Разочарованная, она встаёт и удаляется в отведённую им с дочерью надувную палатку. Ждать двадцать минут, чтобы повторить вопрос, который сам по себе не очень важен, ниже достоинства женщины, которой поминутно приходится быть сильной.

Тем паче, она и сама может придумать за него ответ. Жена приняла за тебя решение прежде, чем ты сам за себя его принял, и подала копьё. Андромахи, они такие. Перед ними нельзя лицом в грязь. Иди, исполняй долг.


* * *

С каждым разом выходить из двадцатиминутки всё сложнее. Граница становится размытой, образы из реальности и сна ходят об руку, пересекаются, вступают в нелогичные отношения.

Это Морган. Сперва зовёт по имени, потом нерешительно трясёт за плечо. Я сейчас. От костра тянет жаркой сыростью, к спине льнёт сырость холодная. Кто-нибудь, поднимите мне веки.

— Норм, проснитесь, это важно!

Кэссиди? Он не должен тут быть. Я его арестовал. Или он меня? Тьфу!

— Морган, какого чёрта он тут делает?

— Он сказал, что это важно. Он настаивал. Простите, командир, чиф.

Вместо Моргановой мордочки расстроенного мышонка в фокусе появился Кэссиди с лицом похудевшего верблюда.

— Это на самом деле важно, Норм. Да подымайтесь вы. Мне тоже ни жить, ни быть, а надобно обелить себя в ваших глазах. Снимете подозрения с меня и сможете выспаться, я подежурю.

С нечеловеческим трудом Норм подтянул колени к груди и, пошатнувшись, встал.
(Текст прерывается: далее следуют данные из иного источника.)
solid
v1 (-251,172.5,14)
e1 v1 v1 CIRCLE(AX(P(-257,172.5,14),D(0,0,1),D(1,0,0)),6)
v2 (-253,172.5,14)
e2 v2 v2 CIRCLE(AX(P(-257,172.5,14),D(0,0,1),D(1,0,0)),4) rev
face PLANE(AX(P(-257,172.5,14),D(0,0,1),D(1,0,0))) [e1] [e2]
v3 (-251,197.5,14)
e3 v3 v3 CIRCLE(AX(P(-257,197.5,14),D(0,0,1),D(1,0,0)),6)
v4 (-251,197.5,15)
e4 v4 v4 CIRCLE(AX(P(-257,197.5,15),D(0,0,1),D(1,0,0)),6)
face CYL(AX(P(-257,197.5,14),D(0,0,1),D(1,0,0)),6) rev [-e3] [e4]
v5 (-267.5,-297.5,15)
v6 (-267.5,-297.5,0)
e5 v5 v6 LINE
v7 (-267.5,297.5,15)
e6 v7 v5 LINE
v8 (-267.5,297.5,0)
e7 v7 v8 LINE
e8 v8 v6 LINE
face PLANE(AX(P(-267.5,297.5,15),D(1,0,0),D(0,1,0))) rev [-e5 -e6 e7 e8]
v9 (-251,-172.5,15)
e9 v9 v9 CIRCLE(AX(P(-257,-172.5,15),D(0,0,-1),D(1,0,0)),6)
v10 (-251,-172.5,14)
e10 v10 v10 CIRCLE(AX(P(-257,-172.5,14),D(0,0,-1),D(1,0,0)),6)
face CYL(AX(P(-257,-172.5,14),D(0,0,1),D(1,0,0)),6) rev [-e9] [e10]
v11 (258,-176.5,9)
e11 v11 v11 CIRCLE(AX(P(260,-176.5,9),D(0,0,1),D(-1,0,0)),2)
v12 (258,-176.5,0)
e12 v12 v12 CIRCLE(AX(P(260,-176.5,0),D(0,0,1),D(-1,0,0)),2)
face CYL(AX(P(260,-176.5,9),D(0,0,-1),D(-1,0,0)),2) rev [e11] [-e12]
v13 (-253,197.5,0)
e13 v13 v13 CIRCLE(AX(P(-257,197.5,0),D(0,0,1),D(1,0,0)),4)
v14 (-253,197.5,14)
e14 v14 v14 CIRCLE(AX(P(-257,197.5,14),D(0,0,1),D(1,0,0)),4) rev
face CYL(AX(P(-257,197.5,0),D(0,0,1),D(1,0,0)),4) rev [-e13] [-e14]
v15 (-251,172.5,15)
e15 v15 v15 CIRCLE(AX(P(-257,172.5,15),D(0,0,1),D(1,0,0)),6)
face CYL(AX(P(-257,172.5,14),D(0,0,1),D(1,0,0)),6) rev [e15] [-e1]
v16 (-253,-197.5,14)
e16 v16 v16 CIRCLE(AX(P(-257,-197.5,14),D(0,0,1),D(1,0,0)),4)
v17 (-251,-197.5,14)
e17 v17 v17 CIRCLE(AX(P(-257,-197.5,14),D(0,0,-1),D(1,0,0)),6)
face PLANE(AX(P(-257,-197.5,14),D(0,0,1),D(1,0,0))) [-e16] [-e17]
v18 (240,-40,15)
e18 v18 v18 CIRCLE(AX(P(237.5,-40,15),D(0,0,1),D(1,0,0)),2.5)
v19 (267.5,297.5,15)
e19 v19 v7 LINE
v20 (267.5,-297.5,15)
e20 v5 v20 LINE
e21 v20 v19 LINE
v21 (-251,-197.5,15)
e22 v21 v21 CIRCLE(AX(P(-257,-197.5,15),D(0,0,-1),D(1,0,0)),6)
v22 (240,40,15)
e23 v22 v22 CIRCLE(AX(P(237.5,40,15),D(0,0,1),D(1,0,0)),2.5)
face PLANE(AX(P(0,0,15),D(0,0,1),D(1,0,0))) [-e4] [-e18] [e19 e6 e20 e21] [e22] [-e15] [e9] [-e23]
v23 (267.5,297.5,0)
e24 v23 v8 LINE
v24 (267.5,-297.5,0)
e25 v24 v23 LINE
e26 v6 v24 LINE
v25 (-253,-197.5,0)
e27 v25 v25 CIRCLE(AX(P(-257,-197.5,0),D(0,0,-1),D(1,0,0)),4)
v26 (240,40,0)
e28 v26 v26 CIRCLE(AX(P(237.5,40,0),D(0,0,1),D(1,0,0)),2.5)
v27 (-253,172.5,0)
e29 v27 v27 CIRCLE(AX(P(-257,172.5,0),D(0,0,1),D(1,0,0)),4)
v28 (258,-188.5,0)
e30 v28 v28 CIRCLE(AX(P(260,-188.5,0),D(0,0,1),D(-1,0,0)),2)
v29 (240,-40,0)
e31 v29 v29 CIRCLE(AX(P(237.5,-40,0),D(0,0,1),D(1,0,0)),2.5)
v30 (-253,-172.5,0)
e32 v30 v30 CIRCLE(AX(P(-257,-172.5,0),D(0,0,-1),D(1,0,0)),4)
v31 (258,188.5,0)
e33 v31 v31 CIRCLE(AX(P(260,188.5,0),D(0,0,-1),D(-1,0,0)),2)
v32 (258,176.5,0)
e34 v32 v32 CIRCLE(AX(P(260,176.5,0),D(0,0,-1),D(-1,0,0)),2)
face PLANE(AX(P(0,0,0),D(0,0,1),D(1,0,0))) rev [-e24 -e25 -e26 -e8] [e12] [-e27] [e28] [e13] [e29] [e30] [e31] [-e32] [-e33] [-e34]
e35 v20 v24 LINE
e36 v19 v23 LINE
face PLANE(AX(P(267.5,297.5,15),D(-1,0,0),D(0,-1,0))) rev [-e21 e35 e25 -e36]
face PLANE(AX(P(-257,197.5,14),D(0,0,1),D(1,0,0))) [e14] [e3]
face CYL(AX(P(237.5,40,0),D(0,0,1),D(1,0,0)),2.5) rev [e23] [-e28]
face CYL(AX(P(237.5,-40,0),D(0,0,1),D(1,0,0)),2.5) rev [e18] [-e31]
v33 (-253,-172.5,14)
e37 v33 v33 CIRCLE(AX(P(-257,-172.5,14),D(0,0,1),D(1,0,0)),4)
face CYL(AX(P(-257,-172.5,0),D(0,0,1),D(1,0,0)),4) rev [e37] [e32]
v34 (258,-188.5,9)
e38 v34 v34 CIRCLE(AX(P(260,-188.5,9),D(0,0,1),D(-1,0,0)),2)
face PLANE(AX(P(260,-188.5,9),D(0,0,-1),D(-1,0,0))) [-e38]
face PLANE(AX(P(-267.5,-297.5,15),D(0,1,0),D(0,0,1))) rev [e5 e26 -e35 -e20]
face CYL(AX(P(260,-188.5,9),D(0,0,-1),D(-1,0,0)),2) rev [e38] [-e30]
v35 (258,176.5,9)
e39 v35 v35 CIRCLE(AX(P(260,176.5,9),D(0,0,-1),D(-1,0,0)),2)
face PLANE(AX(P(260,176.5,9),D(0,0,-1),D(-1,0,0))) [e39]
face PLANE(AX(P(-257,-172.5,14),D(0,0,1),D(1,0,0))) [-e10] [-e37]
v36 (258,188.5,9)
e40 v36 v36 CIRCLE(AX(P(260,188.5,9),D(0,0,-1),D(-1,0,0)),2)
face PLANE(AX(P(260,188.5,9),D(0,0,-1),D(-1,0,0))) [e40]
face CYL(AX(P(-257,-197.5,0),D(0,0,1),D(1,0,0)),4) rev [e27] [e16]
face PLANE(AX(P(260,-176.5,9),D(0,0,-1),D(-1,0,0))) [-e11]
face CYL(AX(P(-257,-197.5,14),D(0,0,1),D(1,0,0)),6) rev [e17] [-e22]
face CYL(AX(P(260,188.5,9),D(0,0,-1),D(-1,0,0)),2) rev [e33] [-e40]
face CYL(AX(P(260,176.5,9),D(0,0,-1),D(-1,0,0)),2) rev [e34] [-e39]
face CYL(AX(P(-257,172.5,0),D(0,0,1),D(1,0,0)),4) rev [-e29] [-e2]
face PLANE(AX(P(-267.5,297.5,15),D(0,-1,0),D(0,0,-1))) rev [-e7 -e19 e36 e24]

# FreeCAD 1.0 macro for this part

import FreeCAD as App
import Part
import Sketcher
from FreeCAD import Vector


def add_polygon(sketch, points):
    """Adds a closed chain of lines whose ends are joined by coincident constraints."""
    first, n = sketch.GeometryCount, len(points)
    for a, b in zip(points, points[1:] + points[:1]):
        sketch.addGeometry(Part.LineSegment(App.Vector(*a, 0), App.Vector(*b, 0)), False)
    for i in range(n):
        sketch.addConstraint(Sketcher.Constraint("Coincident", first + i, 2, first + (i + 1) % n, 1))

doc = App.newDocument("Part")
params = doc.addObject("Spreadsheet::Sheet", "Params")
for row, (alias, value) in enumerate([
    ("sketch1_width", "535 mm"),
    ("sketch1_height", "595 mm"),
    ("pad1_length", "15 mm"),
    ("sketch2_diameter", "8 mm"),
    ("sketch3_diameter", "12 mm"),
    ("pocket2_length", "1 mm"),
    ("sketch4_diameter", "5 mm"),
    ("sketch5_diameter", "4 mm"),
    ("pocket4_length", "9 mm"),
], start=1):
    params.set(f"A{row}", alias)
    params.set(f"B{row}", "=" + value)
    params.setAlias(f"B{row}", alias)

body = doc.addObject("PartDesign::Body", "Body")

sketch1 = doc.addObject("Sketcher::SketchObject", "Sketch")
body.addObject(sketch1)
sketch1.AttachmentSupport = (doc.XY_Plane, [""])
sketch1.MapMode = "FlatFace"
add_polygon(sketch1, [(-268, 298), (-268, -298), (268, -298), (268, 298)])
sketch1.addConstraint(Sketcher.Constraint("Vertical", 0))
sketch1.addConstraint(Sketcher.Constraint("Horizontal", 1))
sketch1.addConstraint(Sketcher.Constraint("Vertical", 2))
sketch1.addConstraint(Sketcher.Constraint("Horizontal", 3))
sketch1.addConstraint(Sketcher.Constraint("Symmetric", 0, 2, 2, 2, -1, 1))
sketch1.addConstraint(Sketcher.Constraint("DistanceX", 1, 1, 1, 2, 535.0))
sketch1.addConstraint(Sketcher.Constraint("DistanceY", 0, 2, 0, 1, 595.0))
sketch1.setExpression("Constraints[9]", "Params.sketch1_width")
sketch1.setExpression("Constraints[10]", "Params.sketch1_height")
pad1 = doc.addObject("PartDesign::Pad", "Pad")
body.addObject(pad1)
pad1.Profile = sketch1
pad1.setExpression("Length", "Params.pad1_length")

sketch2 = doc.addObject("Sketcher::SketchObject", "Sketch001")
body.addObject(sketch2)
sketch2.AttachmentSupport = (doc.XY_Plane, [""])
sketch2.MapMode = "FlatFace"
sketch2.AttachmentOffset = App.Placement(Vector(0, 0, 15), App.Rotation())
sketch2.addGeometry(Part.Circle(Vector(-257, 197.5, 0), Vector(0, 0, 1), 4), False)
sketch2.addGeometry(Part.Circle(Vector(-257, 172.5, 0), Vector(0, 0, 1), 4), False)
sketch2.addConstraint(Sketcher.Constraint("Equal", 0, 1))
sketch2.addConstraint(Sketcher.Constraint("Vertical", 0, 3, 1, 3))
sketch2.addConstraint(Sketcher.Constraint("Diameter", 0, 8.0))
sketch2.addConstraint(Sketcher.Constraint("DistanceX", 0, 3, -1, 1, 257.0))
sketch2.addConstraint(Sketcher.Constraint("DistanceY", 1, 3, 0, 3, 25.0))
sketch2.addConstraint(Sketcher.Constraint("DistanceY", -1, 1, 0, 3, 197.5))
sketch2.setExpression("Constraints[2]", "Params.sketch2_diameter")
pocket1 = doc.addObject("PartDesign::Pocket", "Pocket")
body.addObject(pocket1)
pocket1.Profile = sketch2
pocket1.Type = "ThroughAll"
doc.recompute()

mirrored = doc.addObject("PartDesign::Mirrored", "Mirrored")
body.addObject(mirrored)
mirrored.Originals = [pocket1]
mirrored.MirrorPlane = (doc.XZ_Plane, [""])
body.Tip = mirrored

sketch3 = doc.addObject("Sketcher::SketchObject", "Sketch002")
body.addObject(sketch3)
sketch3.AttachmentSupport = (doc.XY_Plane, [""])
sketch3.MapMode = "FlatFace"
sketch3.AttachmentOffset = App.Placement(Vector(0, 0, 15), App.Rotation())
sketch3.addGeometry(Part.Circle(Vector(-257, 198, 0), Vector(0, 0, 1), 6), False)
sketch3.addGeometry(Part.Circle(Vector(-257, 172, 0), Vector(0, 0, 1), 6), False)
sketch3.addConstraint(Sketcher.Constraint("Equal", 0, 1))
sketch3.addConstraint(Sketcher.Constraint("Vertical", 0, 3, 1, 3))
sketch3.addConstraint(Sketcher.Constraint("Diameter", 0, 12.0))
sketch3.addConstraint(Sketcher.Constraint("DistanceX", 0, 3, -1, 1, 257.0))
sketch3.addConstraint(Sketcher.Constraint("DistanceY", 1, 3, 0, 3, 25.0))
sketch3.addConstraint(Sketcher.Constraint("DistanceY", -1, 1, 0, 3, 197.5))
sketch3.setExpression("Constraints[2]", "Params.sketch3_diameter")
pocket2 = doc.addObject("PartDesign::Pocket", "Pocket001")
body.addObject(pocket2)
pocket2.Profile = sketch3
pocket2.setExpression("Length", "Params.pocket2_length")
doc.recompute()

mirrored2 = doc.addObject("PartDesign::Mirrored", "Mirrored001")
body.addObject(mirrored2)
mirrored2.Originals = [pocket2]
mirrored2.MirrorPlane = (doc.XZ_Plane, [""])
body.Tip = mirrored2

sketch4 = doc.addObject("Sketcher::SketchObject", "Sketch003")
body.addObject(sketch4)
sketch4.AttachmentSupport = (doc.XY_Plane, [""])
sketch4.MapMode = "FlatFace"
sketch4.AttachmentOffset = App.Placement(Vector(0, 0, 15), App.Rotation())
sketch4.addGeometry(Part.Circle(Vector(237.5, 40, 0), Vector(0, 0, 1), 2.5), False)
sketch4.addGeometry(Part.Circle(Vector(237.5, -40, 0), Vector(0, 0, 1), 2.5), False)
sketch4.addConstraint(Sketcher.Constraint("Equal", 0, 1))
sketch4.addConstraint(Sketcher.Constraint("Symmetric", 0, 3, 1, 3, -1))
sketch4.addConstraint(Sketcher.Constraint("Diameter", 0, 5.0))
sketch4.addConstraint(Sketcher.Constraint("DistanceY", -1, 1, 0, 3, 40.0))
sketch4.addConstraint(Sketcher.Constraint("DistanceX", -1, 1, 0, 3, 237.5))
sketch4.setExpression("Constraints[2]", "Params.sketch4_diameter")
pocket3 = doc.addObject("PartDesign::Pocket", "Pocket002")
body.addObject(pocket3)
pocket3.Profile = sketch4
pocket3.Type = "ThroughAll"

sketch5 = doc.addObject("Sketcher::SketchObject", "Sketch004")
body.addObject(sketch5)
sketch5.AttachmentSupport = (doc.XY_Plane, [""])
sketch5.MapMode = "FlatFace"
sketch5.addGeometry(Part.Circle(Vector(260, 188.5, 0), Vector(0, 0, 1), 2), False)
sketch5.addGeometry(Part.Circle(Vector(260, 176.5, 0), Vector(0, 0, 1), 2), False)
sketch5.addConstraint(Sketcher.Constraint("Equal", 0, 1))
sketch5.addConstraint(Sketcher.Constraint("Vertical", 0, 3, 1, 3))
sketch5.addConstraint(Sketcher.Constraint("Diameter", 0, 4.0))
sketch5.addConstraint(Sketcher.Constraint("DistanceX", -1, 1, 0, 3, 260.0))
sketch5.addConstraint(Sketcher.Constraint("DistanceY", 1, 3, 0, 3, 12.0))
sketch5.addConstraint(Sketcher.Constraint("DistanceY", -1, 1, 0, 3, 188.5))
sketch5.setExpression("Constraints[2]", "Params.sketch5_diameter")
pocket4 = doc.addObject("PartDesign::Pocket", "Pocket003")
body.addObject(pocket4)
pocket4.Profile = sketch5
pocket4.setExpression("Length", "Params.pocket4_length")
pocket4.Reversed = True
doc.recompute()

mirrored3 = doc.addObject("PartDesign::Mirrored", "Mirrored002")
body.addObject(mirrored3)
mirrored3.Originals = [pocket4]
mirrored3.MirrorPlane = (doc.XZ_Plane, [""])
body.Tip = mirrored3

doc.recompute()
Кэссиди придётся предъявить что-то действительно существенное, иначе он его просто убьёт за прерванный сон. Самому даже не придётся, можно Братиславу попросить.

Эсбэшник ютился в палатке один: будь Бротиган жив, это была бы их общая палатка. Кэссиди буквально сиднем сидел на своём архиве, а на марше безропотно тащил его на себе вдобавок к обязательной для всех части груза. Нагнувшись так, что касался руками земли, капитан СБ нырнул внутрь, остальные недоумённо следили за ним, заглядывая снаружи.

Спальник был скомкан и заброшен в угол: сознанием Норм зафиксировал крупнейшее нарушение маскировочной программы — активированную деку. Всюду валялись инфочипы, как будто их ставили, считывали, бегло просматривали и так далее и далее.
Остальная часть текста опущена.